* Exercise: From the listing below, copy every line with the word "Rectangle".

* Material for this exercise:
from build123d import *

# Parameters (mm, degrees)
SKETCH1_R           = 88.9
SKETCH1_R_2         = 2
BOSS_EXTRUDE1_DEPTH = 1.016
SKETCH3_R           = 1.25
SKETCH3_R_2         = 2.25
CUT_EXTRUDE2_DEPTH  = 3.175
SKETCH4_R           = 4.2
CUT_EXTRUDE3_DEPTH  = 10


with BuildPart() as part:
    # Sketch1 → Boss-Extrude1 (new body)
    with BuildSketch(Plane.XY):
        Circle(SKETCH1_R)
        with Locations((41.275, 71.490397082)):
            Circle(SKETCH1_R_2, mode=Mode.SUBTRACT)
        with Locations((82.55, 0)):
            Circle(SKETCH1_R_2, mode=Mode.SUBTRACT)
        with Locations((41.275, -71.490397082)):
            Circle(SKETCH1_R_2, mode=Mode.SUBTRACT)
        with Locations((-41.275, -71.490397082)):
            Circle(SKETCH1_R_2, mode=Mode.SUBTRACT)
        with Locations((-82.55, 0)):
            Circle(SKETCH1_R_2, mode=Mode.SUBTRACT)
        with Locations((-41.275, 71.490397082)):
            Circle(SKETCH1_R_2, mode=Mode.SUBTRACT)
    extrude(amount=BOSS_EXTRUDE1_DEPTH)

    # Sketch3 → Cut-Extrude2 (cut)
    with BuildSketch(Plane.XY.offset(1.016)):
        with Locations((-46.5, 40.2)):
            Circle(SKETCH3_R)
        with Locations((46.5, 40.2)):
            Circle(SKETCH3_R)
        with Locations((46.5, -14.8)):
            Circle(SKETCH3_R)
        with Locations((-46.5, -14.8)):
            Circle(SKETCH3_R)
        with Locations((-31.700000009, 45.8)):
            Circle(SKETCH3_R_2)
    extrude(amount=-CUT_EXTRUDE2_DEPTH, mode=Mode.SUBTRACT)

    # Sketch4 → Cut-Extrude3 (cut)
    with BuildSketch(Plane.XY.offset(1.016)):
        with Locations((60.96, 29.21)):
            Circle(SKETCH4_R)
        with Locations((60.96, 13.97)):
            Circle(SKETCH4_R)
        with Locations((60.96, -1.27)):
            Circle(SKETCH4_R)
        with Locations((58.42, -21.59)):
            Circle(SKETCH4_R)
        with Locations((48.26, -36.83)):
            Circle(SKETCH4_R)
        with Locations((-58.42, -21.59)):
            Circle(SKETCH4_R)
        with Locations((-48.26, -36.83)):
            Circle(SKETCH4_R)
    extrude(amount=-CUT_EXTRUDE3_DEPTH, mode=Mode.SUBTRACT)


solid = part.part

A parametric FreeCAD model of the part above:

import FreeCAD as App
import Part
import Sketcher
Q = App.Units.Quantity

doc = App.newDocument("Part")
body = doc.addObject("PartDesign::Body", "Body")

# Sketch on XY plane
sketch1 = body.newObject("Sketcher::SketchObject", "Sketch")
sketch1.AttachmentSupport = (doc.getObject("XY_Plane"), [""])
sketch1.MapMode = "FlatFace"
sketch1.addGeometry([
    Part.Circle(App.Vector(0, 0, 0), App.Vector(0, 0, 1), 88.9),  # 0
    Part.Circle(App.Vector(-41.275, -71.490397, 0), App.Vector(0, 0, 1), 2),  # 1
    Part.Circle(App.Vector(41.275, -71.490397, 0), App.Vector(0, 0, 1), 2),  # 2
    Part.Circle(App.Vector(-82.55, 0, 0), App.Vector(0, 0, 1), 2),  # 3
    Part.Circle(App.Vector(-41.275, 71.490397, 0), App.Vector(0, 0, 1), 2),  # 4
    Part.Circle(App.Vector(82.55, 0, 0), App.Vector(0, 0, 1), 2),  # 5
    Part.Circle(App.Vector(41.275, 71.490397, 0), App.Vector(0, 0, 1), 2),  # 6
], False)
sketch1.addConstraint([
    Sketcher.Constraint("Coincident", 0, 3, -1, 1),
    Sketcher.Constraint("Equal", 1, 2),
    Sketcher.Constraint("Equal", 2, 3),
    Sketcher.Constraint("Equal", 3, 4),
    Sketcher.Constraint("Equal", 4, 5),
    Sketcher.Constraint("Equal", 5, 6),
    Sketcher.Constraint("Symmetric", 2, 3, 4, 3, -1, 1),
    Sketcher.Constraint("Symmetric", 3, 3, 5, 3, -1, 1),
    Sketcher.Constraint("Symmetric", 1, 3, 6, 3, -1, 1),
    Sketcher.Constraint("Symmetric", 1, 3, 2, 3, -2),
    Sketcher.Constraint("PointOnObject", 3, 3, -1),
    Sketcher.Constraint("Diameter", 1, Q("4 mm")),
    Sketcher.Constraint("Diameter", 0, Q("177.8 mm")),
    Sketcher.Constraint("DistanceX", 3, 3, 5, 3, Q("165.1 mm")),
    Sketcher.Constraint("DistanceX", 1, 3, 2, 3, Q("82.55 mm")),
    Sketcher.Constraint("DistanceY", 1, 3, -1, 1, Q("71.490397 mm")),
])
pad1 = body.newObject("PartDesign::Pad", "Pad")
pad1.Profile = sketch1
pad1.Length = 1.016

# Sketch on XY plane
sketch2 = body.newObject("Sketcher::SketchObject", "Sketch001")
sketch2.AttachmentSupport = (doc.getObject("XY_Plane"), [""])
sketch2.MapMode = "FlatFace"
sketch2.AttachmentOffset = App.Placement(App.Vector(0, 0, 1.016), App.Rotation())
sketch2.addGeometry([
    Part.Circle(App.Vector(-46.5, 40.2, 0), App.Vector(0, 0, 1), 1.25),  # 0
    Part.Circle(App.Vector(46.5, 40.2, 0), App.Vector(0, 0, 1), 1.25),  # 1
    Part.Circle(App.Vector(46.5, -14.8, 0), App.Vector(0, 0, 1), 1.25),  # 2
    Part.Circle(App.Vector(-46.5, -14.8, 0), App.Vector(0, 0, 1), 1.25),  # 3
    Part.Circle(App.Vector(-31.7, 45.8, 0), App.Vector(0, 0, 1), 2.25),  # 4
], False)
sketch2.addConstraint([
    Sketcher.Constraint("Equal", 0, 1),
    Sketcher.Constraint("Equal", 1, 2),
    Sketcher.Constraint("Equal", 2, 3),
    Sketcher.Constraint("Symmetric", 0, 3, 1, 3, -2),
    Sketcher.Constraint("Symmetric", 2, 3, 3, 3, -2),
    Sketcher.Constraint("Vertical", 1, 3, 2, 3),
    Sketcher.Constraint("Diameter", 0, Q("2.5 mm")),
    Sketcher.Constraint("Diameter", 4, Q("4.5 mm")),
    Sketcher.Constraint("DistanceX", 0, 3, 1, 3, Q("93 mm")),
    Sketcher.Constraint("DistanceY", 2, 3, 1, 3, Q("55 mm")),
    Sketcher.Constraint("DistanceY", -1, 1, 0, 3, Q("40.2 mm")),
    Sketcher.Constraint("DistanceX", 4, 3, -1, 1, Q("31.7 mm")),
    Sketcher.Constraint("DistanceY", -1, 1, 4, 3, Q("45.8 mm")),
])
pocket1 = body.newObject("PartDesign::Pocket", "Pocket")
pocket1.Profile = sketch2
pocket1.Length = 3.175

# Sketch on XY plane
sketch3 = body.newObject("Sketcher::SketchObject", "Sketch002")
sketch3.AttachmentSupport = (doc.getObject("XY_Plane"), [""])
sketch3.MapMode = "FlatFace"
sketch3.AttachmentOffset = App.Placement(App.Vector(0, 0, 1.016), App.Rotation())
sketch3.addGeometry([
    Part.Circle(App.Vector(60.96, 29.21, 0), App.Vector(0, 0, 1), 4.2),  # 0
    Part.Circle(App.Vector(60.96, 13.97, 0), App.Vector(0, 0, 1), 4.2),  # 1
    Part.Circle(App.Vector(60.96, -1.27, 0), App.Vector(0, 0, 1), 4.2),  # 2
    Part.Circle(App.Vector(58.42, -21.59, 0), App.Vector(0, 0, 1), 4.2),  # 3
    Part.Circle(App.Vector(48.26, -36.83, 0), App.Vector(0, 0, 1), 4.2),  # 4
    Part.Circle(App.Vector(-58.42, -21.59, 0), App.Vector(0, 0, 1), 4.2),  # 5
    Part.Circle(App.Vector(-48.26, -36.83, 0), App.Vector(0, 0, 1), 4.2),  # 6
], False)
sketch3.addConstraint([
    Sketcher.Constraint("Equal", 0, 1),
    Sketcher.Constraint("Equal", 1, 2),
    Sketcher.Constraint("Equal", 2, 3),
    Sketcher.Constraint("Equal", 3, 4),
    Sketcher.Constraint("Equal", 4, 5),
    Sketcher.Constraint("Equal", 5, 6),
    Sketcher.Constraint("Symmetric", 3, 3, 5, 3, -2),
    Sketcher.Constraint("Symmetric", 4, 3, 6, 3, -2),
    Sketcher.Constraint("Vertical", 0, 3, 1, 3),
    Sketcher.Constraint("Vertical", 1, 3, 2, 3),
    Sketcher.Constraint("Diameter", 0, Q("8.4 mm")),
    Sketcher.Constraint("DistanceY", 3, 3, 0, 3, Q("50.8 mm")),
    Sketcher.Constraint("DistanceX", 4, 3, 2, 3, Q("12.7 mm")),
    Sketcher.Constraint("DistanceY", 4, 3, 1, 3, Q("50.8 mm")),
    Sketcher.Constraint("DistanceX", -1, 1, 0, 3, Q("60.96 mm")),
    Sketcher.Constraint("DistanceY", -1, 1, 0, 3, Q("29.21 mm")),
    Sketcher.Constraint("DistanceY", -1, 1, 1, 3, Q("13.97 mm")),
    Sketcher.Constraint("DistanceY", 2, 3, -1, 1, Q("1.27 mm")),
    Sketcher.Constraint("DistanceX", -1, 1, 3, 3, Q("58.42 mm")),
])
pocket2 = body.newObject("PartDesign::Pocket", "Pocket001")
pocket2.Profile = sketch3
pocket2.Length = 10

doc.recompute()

--

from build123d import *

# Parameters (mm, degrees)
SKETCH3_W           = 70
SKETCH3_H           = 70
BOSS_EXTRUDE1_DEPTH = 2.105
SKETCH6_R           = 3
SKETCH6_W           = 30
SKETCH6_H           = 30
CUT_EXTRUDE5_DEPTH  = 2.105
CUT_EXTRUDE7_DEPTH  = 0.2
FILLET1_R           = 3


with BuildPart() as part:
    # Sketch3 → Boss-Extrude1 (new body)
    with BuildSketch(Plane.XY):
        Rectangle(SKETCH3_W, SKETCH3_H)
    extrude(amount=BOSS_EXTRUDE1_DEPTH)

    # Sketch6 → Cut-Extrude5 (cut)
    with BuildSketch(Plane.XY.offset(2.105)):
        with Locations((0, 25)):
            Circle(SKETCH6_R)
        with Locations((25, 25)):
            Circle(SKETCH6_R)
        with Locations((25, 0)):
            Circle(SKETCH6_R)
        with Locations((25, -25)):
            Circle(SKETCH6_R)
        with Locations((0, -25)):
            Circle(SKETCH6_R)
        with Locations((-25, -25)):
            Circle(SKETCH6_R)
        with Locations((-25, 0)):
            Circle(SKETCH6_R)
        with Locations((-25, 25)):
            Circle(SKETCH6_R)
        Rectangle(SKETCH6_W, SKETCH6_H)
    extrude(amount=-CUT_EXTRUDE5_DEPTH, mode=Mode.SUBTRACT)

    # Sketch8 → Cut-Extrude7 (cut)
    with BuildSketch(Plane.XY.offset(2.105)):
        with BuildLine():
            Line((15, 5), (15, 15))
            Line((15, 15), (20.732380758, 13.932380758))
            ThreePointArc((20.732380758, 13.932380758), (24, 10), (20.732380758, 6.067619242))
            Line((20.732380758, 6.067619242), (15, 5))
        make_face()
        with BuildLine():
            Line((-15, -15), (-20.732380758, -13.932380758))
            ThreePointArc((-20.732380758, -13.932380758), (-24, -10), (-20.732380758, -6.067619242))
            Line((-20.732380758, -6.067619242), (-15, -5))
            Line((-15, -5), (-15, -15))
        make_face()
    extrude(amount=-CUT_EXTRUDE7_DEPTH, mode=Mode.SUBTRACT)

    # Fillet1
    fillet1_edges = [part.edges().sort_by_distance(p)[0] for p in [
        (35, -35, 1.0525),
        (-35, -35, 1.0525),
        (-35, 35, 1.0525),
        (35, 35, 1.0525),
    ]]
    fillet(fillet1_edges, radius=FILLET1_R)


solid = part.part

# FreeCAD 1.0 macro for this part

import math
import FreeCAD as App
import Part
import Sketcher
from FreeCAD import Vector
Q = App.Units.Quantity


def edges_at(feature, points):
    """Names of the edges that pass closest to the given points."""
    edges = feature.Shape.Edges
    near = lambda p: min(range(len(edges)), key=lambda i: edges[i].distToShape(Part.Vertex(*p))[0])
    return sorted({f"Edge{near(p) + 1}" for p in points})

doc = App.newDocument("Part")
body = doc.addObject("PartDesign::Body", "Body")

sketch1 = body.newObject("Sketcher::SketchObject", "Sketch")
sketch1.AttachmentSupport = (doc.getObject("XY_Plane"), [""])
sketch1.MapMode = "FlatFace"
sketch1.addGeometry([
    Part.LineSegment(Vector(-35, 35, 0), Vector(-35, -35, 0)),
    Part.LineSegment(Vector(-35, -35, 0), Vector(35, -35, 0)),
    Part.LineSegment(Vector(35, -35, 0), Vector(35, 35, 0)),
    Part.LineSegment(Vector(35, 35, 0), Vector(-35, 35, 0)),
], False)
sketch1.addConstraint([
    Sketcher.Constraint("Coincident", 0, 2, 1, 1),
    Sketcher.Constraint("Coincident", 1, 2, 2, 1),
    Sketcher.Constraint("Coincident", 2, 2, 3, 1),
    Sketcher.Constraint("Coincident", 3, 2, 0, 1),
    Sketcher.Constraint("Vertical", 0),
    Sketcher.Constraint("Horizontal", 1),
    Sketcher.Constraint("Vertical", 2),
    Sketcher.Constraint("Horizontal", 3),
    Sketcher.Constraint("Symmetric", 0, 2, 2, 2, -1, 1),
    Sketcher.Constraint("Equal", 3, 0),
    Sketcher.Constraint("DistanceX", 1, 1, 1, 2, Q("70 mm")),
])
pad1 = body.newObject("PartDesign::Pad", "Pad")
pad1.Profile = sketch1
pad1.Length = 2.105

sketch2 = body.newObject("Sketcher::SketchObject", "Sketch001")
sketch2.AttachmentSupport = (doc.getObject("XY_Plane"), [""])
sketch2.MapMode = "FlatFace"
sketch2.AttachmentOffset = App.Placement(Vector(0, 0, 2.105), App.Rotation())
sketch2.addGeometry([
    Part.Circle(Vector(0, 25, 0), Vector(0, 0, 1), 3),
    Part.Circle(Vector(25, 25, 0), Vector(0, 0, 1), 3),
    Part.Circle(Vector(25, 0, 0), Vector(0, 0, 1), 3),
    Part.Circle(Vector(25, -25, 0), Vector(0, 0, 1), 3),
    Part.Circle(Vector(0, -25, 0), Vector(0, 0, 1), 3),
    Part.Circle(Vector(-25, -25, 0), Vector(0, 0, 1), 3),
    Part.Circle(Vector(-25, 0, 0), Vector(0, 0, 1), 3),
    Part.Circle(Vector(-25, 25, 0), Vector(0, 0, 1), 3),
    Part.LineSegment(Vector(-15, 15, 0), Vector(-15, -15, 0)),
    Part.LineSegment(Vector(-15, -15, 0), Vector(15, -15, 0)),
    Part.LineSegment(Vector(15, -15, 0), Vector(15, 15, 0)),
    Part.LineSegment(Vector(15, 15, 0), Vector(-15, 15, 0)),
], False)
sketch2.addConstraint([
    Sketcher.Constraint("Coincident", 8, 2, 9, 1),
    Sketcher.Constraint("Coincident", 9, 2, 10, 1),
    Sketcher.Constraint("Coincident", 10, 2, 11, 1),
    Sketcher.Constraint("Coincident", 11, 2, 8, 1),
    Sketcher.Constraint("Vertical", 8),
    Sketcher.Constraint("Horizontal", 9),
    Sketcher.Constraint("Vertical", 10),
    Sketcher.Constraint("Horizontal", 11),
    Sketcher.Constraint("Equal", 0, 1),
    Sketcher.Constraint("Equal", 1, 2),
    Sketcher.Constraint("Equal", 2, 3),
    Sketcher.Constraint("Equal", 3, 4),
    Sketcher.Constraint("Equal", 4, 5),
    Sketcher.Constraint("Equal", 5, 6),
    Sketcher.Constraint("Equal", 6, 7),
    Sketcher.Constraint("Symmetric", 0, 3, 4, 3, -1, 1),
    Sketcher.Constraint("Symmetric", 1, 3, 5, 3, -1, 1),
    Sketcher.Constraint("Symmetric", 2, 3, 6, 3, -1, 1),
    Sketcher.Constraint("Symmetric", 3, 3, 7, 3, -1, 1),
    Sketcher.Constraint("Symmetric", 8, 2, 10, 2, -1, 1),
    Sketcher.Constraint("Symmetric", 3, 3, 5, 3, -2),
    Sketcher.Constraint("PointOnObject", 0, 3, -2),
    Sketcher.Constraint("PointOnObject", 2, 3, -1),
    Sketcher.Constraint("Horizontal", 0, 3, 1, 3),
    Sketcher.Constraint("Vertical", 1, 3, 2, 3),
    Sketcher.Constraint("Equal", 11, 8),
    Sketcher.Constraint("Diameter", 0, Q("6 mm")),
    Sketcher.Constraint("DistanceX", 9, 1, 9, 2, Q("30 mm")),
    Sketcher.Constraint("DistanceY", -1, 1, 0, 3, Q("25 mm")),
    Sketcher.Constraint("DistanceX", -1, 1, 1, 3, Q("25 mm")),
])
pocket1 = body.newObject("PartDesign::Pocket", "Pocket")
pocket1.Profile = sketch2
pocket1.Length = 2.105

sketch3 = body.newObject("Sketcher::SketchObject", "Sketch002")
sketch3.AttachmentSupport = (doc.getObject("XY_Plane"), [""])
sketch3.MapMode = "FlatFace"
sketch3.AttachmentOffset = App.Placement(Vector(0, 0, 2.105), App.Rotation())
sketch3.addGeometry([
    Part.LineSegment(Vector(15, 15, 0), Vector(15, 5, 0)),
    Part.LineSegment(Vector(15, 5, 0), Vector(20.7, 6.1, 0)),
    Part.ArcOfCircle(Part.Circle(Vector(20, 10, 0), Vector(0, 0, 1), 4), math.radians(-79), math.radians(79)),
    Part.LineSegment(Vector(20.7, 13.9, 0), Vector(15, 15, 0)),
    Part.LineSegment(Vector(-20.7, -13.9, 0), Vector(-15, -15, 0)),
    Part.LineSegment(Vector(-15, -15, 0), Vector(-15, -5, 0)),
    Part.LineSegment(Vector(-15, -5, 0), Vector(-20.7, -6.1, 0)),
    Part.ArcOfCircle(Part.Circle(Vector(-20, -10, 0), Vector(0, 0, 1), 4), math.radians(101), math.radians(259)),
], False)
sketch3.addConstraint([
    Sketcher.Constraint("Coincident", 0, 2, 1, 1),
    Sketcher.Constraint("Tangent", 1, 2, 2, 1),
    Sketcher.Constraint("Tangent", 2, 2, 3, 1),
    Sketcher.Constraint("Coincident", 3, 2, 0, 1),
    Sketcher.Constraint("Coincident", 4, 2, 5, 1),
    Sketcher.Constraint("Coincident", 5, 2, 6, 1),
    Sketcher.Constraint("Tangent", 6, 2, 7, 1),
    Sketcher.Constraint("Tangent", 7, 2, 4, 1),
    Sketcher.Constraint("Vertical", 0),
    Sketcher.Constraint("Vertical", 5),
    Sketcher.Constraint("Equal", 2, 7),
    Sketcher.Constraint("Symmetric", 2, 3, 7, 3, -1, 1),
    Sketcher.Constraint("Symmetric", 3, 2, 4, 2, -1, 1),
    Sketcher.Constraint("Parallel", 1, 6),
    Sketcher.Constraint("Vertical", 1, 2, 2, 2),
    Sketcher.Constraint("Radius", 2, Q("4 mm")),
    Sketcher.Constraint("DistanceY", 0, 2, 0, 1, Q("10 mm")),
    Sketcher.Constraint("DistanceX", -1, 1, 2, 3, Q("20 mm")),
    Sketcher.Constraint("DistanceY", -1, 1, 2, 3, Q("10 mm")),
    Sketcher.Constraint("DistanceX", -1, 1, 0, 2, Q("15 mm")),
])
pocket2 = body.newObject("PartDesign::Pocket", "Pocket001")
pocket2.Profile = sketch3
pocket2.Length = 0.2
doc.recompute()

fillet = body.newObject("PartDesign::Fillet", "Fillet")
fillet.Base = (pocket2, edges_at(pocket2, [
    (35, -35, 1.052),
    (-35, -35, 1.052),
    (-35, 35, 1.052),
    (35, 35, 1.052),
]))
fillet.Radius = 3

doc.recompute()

* * *

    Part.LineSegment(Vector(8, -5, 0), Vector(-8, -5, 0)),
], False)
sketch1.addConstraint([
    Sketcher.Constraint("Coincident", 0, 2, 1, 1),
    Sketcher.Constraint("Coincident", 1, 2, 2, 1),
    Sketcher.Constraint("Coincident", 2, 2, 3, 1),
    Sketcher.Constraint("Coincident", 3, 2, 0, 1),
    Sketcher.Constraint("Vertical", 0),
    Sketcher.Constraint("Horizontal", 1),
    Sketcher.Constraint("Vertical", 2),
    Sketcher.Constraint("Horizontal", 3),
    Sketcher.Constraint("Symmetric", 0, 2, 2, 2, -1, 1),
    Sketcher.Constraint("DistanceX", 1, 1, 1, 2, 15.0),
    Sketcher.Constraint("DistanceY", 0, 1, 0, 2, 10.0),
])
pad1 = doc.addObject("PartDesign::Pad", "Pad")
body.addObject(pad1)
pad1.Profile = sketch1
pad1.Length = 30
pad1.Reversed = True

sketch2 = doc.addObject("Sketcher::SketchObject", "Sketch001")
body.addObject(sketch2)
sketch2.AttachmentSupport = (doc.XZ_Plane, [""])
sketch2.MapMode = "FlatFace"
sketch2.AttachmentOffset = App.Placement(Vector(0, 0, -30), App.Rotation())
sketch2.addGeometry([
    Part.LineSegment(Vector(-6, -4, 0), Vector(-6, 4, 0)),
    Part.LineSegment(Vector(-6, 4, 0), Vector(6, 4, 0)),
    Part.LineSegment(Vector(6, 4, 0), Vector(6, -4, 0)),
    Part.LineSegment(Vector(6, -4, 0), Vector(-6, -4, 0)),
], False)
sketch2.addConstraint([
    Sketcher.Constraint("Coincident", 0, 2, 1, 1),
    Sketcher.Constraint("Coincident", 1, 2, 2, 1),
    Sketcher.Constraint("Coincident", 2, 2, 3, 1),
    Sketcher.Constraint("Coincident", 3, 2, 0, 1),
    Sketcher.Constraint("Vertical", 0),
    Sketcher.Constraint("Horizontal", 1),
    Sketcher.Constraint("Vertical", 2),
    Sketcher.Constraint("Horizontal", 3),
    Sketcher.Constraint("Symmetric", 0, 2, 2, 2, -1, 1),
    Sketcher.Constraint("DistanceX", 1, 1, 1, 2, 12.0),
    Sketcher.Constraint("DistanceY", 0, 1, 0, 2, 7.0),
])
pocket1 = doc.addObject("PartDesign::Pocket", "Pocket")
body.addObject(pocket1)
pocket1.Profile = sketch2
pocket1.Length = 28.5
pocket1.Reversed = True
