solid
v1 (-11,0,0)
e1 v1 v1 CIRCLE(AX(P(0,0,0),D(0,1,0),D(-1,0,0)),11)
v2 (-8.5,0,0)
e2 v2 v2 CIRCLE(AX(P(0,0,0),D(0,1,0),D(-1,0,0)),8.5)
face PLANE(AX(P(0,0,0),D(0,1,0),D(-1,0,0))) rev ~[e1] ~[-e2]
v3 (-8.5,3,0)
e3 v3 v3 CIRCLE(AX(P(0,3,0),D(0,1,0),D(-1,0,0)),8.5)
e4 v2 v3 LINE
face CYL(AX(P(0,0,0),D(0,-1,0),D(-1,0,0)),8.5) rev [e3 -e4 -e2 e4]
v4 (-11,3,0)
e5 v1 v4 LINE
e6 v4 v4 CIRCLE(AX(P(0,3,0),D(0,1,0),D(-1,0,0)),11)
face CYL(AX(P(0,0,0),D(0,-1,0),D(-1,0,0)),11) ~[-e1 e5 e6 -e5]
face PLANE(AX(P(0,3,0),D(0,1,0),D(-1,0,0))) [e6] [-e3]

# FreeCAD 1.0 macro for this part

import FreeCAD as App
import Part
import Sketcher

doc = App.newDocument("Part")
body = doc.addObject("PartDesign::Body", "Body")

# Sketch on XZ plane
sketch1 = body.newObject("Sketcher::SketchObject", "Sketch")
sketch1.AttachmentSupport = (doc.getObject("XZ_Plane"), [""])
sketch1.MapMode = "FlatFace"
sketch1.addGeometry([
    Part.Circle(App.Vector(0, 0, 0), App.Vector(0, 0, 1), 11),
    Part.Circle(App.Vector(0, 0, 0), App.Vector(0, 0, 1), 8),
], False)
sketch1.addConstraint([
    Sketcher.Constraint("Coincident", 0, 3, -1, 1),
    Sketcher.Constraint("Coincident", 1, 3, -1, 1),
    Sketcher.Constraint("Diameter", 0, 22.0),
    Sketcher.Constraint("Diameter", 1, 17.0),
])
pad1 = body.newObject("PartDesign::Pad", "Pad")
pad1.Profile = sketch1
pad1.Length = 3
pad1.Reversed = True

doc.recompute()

* Solved problem:
        Rectangle(SKETCH3_W, SKETCH3_H)
        Rectangle(SKETCH6_W, SKETCH6_H)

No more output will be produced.